Как будто спасаясь от нерешенных проблем дома, он все яростней занимался театром. В середине 90-х Станиславский уже видел театр во всей полноте «мельчайших подробностей». Он был готов к тому, чтобы стать профессионалом, да и Гликерия Федотова любила повторять, что он ≈ второй Щепкин. Ей ли, легенде Малого театра и ученице Щепкина, не разбираться в актерах? Федотовой вторила Надежда Медведева, повторяя, что имя Станиславского останется в истории. После спектакля «Ганнеле» в 1896 году то же повторял и Александр Ленский. И вот в самый разгар первой славы и радужных надежд он решил пожертвовать театром во имя семьи.
Казалось, к 1896 году отношения между Станиславским и Лилиной стали непоправимо разрушенными. Оба были раздражены и обижены, на нервной почве у Лилиной болело сердце и развивалось малокровие. Понимая, что он теряет семью, Станиславский решил порвать с театром. Конечно же, в глубине души и Станиславский, и Лилина знали, что из его попытки ничего не выйдет. Вырвать театр из Станиславского было бы так же невозможно, как запретить солнцу появляться на небе. Но он старался, хотя и искал лазейки, и «грешил», выискивая всяческие возможности хотя бы поговорить о театре. Так, он заглянул на огонек к Надежде Медведевой, артистке Малого театра. Та сразу же заговорила о самом наболевшем: не потому ли Лилина часто больна, что ревнует его к театру? Не из-за того ли он подумывает бросить театр, что не видит, как могут сосуществовать театр и семья? Станиславский описывал этот вечер в письме к жене с оттенком назидательности, как будто не понимал, как обидно Лилиной читать о том, что Медведева, а не Лилина понимает его состояние «артиста и мужа». Он настаивал, что «любовь к женщине ≈ одно, а любовь к театру ≈ другое. Совсем два разных чувства, одно не уничтожает другое». Хотя в другом письме он признался, что за каждодневными заботами, «имея тебя под рукой, я, неблагодарный, меняю тебя на театр, а в разлуке не могу думать даже о театре». Значит, не так уж она неправа, ставя ему ультиматум: «или-или»?
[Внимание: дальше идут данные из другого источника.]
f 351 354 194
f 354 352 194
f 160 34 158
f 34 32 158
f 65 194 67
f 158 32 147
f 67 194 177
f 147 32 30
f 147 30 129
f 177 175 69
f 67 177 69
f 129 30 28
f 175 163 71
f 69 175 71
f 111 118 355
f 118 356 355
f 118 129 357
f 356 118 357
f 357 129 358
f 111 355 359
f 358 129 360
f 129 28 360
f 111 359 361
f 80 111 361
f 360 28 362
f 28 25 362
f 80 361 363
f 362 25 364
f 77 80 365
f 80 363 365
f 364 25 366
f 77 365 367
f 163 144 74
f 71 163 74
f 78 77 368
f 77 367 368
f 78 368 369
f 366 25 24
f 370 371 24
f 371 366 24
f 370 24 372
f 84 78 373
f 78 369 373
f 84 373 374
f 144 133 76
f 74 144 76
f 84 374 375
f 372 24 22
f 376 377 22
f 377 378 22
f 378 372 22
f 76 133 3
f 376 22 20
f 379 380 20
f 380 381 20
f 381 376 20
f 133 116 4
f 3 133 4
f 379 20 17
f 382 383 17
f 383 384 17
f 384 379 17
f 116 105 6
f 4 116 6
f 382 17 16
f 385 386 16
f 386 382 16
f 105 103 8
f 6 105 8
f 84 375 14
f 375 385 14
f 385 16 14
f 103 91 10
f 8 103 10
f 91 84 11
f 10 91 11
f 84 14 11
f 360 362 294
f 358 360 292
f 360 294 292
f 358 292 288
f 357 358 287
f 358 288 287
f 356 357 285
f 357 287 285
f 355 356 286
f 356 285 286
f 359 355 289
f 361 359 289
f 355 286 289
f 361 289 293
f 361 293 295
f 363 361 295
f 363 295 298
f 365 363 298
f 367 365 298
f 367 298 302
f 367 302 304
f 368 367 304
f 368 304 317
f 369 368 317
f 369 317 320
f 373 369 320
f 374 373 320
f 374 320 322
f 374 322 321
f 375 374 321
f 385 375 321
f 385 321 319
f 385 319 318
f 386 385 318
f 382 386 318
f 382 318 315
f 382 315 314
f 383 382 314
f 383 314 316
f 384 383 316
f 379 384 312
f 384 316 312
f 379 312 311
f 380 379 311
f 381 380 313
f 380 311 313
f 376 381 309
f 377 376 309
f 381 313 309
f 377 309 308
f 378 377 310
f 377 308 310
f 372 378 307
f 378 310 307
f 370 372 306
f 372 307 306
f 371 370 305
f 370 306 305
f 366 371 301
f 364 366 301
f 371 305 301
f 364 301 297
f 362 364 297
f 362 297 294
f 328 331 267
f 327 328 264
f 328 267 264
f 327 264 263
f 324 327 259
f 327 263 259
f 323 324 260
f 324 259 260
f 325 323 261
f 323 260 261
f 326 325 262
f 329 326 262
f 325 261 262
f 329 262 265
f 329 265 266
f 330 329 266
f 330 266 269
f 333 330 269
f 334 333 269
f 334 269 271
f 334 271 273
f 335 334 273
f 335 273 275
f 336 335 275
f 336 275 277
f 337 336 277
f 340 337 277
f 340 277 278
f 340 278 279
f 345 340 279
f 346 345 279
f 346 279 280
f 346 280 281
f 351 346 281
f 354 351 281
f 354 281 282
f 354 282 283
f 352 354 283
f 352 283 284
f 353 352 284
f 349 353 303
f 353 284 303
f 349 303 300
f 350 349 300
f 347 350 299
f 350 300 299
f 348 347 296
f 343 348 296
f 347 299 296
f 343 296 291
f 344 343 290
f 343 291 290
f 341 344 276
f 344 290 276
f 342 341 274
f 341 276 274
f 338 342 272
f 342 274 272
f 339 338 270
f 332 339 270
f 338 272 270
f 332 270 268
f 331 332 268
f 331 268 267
В их отношениях, как и во всяком супружестве, существовал дух борьбы. Ее борьба ≈ за его интерес к ней и принадлежность семье: Лилиной хотелось, чтобы он любил ее не воображаемой Принцессой Грез, а такой, какая она есть. Он же ее как будто не замечал: так Николай Ростов, объясняя княжне Марье свою любовь к ней, говорил, что да, не замечает, как не думает о своем пальце, пока тот не болит. Лилина в молодости обижалась, что для Станиславского всегда был кто-то или что-то важнее, чем она. Потом она привыкла. К тому же муж совсем не умел выражать свою любовь, он не был ласков.
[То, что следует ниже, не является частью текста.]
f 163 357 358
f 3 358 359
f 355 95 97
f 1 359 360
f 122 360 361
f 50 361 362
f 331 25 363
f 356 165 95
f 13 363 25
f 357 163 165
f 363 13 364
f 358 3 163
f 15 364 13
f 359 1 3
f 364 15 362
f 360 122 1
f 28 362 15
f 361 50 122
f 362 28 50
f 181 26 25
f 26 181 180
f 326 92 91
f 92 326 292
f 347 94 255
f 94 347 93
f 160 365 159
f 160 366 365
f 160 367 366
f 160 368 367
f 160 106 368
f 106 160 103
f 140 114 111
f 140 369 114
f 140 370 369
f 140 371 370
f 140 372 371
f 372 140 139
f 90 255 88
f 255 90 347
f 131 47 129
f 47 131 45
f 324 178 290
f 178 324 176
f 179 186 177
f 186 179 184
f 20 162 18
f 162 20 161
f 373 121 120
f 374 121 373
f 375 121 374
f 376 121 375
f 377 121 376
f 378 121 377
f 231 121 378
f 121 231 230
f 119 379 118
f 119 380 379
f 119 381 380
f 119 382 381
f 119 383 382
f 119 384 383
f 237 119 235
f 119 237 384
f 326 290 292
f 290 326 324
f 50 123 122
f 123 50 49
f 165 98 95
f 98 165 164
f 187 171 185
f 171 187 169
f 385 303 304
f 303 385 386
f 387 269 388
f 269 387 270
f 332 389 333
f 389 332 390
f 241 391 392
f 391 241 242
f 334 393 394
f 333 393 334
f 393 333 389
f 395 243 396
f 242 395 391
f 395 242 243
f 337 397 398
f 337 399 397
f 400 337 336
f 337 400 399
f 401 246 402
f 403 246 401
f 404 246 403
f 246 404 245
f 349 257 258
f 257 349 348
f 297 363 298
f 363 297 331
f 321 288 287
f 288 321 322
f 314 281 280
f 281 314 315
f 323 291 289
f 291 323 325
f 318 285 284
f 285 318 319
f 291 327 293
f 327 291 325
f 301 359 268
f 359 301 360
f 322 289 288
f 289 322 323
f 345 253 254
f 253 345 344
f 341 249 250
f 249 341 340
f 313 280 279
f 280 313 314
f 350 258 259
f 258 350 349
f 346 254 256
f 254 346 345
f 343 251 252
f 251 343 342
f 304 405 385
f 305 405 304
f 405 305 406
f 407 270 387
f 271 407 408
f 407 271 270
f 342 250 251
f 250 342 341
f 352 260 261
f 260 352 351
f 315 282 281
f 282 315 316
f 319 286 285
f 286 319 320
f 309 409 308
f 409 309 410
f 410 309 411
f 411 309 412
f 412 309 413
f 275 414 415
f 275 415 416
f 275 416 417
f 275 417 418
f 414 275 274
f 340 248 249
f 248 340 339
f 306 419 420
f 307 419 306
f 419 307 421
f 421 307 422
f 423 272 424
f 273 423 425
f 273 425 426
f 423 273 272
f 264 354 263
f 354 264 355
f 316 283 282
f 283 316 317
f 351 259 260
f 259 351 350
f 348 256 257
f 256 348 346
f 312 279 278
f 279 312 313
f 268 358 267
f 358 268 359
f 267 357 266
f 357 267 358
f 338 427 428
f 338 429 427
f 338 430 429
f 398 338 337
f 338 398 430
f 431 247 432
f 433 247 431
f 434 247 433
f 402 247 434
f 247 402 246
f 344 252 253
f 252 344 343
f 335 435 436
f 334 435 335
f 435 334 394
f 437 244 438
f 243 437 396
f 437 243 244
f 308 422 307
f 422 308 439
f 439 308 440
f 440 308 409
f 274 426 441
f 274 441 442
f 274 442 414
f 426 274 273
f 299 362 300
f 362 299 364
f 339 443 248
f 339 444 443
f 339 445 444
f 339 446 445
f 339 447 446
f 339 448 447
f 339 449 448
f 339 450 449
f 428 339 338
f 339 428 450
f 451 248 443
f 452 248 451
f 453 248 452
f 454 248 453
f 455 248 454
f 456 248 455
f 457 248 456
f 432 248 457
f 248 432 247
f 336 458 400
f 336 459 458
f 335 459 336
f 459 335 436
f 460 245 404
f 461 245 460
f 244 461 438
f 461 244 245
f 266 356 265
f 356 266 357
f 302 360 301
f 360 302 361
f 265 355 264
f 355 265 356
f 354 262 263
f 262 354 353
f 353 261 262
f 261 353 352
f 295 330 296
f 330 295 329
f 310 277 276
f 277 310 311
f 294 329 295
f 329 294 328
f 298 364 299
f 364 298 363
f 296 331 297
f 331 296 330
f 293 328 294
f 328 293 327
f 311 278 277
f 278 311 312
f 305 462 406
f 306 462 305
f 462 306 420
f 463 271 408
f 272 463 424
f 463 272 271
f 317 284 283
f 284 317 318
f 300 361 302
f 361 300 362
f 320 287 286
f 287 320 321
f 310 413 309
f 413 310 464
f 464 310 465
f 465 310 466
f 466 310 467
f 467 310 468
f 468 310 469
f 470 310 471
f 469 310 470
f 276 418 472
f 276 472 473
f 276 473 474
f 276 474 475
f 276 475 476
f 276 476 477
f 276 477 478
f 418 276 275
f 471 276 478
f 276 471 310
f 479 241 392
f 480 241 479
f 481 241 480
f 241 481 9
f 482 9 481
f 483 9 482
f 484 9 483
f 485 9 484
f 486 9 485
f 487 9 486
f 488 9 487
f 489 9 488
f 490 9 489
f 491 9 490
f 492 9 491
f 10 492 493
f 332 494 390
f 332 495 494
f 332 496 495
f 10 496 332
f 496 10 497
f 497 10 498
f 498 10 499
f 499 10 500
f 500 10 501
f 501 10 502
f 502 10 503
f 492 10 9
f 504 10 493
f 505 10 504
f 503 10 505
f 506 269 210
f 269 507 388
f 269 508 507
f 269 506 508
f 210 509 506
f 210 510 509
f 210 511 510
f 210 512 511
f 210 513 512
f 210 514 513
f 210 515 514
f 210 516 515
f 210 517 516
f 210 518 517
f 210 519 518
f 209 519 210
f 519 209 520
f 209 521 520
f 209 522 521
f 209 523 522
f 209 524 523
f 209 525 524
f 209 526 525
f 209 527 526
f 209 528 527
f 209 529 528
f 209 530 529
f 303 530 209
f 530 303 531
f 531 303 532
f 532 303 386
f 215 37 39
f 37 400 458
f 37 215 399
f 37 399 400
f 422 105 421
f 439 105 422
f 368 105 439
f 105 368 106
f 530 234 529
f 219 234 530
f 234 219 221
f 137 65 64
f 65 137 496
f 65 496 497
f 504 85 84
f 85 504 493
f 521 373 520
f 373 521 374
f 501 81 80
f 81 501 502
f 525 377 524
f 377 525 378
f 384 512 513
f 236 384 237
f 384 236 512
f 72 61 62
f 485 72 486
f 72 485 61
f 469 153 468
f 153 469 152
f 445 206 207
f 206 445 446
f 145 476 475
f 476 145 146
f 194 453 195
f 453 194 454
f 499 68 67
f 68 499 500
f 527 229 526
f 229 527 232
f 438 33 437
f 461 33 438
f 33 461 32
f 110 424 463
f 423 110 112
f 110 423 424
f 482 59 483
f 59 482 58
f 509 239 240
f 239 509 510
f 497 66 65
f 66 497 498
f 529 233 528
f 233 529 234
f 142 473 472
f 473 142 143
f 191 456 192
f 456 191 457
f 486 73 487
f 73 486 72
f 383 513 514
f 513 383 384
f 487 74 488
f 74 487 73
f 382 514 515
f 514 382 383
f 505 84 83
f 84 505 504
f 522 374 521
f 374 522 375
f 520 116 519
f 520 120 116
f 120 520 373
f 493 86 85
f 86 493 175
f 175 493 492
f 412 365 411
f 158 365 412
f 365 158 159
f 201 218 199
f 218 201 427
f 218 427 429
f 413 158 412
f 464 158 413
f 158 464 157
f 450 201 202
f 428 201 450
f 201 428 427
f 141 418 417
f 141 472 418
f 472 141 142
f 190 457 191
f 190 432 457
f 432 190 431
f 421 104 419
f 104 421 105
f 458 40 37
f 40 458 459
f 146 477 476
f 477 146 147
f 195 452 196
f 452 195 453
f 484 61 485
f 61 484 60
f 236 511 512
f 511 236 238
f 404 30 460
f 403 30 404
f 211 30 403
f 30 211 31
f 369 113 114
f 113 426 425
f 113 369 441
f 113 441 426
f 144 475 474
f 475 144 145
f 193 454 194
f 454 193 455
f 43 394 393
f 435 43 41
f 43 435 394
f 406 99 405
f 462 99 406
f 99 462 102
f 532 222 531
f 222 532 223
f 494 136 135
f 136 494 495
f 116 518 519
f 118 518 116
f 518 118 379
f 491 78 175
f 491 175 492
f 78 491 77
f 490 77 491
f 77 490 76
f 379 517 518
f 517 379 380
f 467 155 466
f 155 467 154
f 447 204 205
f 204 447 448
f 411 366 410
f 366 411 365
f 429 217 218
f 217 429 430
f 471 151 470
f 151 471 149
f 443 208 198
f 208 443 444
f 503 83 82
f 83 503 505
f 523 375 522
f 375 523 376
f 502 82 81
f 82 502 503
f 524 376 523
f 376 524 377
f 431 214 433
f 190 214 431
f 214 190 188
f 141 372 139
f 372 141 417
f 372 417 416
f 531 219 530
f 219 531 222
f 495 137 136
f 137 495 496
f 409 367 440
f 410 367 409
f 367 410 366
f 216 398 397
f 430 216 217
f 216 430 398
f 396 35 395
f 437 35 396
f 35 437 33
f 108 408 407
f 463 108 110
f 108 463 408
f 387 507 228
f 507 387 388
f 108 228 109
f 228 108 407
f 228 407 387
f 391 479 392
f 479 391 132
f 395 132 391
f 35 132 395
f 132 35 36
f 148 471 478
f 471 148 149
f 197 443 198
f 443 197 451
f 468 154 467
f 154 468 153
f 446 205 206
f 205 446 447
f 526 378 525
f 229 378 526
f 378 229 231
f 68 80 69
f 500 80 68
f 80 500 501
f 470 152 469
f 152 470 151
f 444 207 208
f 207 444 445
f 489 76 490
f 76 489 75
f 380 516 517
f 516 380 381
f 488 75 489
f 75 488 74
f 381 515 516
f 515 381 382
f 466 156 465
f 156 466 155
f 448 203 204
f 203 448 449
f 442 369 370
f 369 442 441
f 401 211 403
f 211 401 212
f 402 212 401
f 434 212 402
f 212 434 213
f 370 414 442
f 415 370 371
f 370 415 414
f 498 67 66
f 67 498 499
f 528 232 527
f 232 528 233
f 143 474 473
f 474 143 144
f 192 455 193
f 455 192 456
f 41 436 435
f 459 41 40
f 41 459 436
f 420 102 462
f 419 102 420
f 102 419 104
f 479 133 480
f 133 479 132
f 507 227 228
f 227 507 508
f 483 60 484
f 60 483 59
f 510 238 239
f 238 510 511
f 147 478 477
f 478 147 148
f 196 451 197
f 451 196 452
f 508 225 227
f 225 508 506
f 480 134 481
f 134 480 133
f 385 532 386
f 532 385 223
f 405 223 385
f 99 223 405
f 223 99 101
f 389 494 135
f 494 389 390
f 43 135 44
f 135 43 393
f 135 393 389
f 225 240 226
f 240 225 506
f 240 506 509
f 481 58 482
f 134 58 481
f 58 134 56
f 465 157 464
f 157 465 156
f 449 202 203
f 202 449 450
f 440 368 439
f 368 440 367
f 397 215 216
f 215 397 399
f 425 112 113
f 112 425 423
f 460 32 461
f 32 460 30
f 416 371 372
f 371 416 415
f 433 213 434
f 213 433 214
У Станиславского тоже то и дело возникали претензии к жене: она охлаждала его неинтересными разговорами о хозяйстве и тогда становилась «узкой и мелочной». А вообще, рассуждал он, надо общими усилиями создать идеальную семейную жизнь, «вызвать друг в друге потребность ежедневно обмениваться мыслями. Только при этой потребности явится ласка и остальные выражения любви». Он с упорством алхимика пытался найти пути, которые могли бы привести к открытию законов неизменного творческого горения, будь то семья или театр. Станиславский думал в своем роде о системе, которая создала бы perpetum mobile в любви и помогала бы поддерживать «тепленький огонек» интереса друг к другу. В жизни он часто размышлял о своей русско-французской крови ≈ а не от французов ли, спросим себя, известных всему миру своей рациональностью, его страсть к систематизированию? Станиславский мечтал выстроить «земной рай», в котором можно будет отрешиться «от всяких рутин и нелепых традиций». Вот его рецепты: когда надоедают ежедневные укладывания спать, убегать в комнату для гостей, чтобы там провести время в одиночестве и соскучиться по жене; когда наступают минуты охлаждения, уезжать вдвоем в другой город, кататься на лодке и целоваться... Но семейной системы ему все-таки создать не удалось.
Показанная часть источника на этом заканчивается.